Would you quote the material below from its first line through the line containing "extrude(amount=-CUT_EXTRUDE_8_DEPTH, mode=Mode.SUBTRACT)", exactly and with both ends included?
:: RECORDED INFORMATION
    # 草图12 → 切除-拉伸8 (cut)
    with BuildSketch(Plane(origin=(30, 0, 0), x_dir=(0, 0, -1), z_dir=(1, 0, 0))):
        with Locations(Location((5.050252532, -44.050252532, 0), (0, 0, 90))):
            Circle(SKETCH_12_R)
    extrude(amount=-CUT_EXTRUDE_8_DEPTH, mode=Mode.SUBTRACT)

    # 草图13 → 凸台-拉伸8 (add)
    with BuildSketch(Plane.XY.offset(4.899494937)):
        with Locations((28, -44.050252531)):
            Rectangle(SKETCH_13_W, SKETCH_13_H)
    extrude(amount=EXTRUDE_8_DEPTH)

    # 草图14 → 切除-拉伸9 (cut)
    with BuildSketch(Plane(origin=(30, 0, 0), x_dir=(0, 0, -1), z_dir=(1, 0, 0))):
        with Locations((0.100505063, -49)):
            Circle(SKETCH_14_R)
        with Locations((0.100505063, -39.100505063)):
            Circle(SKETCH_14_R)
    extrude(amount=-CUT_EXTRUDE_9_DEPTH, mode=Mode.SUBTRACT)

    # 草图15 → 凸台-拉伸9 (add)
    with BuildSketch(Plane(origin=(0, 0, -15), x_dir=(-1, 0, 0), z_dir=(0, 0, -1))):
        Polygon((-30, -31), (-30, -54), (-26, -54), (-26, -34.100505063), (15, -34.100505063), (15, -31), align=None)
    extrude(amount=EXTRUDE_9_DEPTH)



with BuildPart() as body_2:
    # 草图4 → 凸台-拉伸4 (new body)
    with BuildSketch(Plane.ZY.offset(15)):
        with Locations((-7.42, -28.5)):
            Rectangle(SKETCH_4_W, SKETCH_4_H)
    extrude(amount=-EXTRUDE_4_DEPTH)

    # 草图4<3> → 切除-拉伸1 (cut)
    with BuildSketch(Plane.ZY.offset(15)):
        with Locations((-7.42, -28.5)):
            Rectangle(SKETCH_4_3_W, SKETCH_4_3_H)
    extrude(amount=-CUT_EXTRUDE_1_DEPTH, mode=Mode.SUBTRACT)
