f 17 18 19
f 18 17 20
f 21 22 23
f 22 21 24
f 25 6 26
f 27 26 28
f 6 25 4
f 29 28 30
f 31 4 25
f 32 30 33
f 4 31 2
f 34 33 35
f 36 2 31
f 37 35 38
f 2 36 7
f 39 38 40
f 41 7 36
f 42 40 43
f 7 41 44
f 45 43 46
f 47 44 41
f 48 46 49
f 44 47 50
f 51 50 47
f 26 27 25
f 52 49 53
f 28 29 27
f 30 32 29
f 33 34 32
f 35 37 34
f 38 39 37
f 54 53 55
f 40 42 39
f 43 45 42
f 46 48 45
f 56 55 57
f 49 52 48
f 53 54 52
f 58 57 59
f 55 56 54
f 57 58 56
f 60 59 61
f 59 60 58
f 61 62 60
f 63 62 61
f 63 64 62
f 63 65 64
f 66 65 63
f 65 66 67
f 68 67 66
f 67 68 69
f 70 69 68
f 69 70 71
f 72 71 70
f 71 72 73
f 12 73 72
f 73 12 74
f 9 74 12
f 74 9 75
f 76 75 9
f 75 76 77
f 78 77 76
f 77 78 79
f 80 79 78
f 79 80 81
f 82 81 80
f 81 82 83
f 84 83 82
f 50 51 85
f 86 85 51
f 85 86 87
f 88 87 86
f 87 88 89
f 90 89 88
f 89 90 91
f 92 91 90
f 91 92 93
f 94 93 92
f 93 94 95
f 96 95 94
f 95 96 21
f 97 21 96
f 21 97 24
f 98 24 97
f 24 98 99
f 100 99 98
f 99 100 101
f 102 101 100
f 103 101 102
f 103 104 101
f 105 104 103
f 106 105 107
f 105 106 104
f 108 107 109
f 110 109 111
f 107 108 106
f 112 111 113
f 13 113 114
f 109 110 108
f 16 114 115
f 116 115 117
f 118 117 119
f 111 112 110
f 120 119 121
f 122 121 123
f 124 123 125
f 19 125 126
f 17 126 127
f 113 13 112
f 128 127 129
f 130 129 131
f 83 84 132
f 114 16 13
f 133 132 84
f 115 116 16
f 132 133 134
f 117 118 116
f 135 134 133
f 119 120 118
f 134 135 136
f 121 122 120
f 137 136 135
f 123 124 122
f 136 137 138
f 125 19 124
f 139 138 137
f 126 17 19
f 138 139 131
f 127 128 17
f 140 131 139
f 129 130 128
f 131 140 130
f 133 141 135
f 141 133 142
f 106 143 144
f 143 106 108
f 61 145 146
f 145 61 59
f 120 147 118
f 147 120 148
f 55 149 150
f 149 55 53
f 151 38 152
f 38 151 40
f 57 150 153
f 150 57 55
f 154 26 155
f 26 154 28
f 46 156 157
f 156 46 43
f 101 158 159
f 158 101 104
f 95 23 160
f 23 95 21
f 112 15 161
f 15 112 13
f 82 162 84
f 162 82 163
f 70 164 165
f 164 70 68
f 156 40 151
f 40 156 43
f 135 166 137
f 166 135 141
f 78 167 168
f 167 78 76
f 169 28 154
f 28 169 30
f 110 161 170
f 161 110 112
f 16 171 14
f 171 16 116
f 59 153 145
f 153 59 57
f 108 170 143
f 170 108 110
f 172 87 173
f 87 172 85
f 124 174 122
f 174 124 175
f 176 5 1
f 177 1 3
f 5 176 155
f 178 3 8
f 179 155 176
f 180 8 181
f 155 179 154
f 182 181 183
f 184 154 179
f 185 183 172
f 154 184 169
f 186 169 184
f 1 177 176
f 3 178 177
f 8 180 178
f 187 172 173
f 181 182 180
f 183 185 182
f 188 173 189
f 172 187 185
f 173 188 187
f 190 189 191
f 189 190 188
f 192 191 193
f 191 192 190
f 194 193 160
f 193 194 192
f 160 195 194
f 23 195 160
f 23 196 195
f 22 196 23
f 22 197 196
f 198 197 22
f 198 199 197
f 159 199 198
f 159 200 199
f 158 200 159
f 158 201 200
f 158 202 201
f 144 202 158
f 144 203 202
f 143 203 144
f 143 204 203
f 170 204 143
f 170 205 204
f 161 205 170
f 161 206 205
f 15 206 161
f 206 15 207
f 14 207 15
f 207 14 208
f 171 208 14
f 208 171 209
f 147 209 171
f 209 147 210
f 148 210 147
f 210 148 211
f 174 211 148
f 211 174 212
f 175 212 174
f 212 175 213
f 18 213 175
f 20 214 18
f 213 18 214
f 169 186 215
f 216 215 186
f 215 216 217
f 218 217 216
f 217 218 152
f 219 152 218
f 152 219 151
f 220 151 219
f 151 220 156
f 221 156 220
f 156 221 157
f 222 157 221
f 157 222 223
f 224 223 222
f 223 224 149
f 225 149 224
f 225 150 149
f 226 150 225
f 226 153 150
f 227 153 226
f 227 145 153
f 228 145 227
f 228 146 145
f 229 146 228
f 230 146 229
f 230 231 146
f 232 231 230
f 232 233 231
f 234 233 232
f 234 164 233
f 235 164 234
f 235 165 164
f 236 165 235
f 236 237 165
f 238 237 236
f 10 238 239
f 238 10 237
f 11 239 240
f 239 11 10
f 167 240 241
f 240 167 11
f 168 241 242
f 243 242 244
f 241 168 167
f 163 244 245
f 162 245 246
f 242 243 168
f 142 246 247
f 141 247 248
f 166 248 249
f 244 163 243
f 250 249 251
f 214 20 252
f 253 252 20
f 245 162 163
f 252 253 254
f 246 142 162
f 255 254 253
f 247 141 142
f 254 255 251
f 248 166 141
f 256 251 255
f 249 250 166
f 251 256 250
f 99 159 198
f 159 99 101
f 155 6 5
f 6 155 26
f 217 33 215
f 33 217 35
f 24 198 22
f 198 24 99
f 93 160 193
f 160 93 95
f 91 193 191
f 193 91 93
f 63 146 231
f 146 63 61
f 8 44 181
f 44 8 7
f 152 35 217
::::
— YOUR RESPONSE —
    # 草图12 → 切除-拉伸8 (cut)
    with BuildSketch(Plane(origin=(30, 0, 0), x_dir=(0, 0, -1), z_dir=(1, 0, 0))):
        with Locations(Location((5.050252532, -44.050252532, 0), (0, 0, 90))):
            Circle(SKETCH_12_R)
    extrude(amount=-CUT_EXTRUDE_8_DEPTH, mode=Mode.SUBTRACT)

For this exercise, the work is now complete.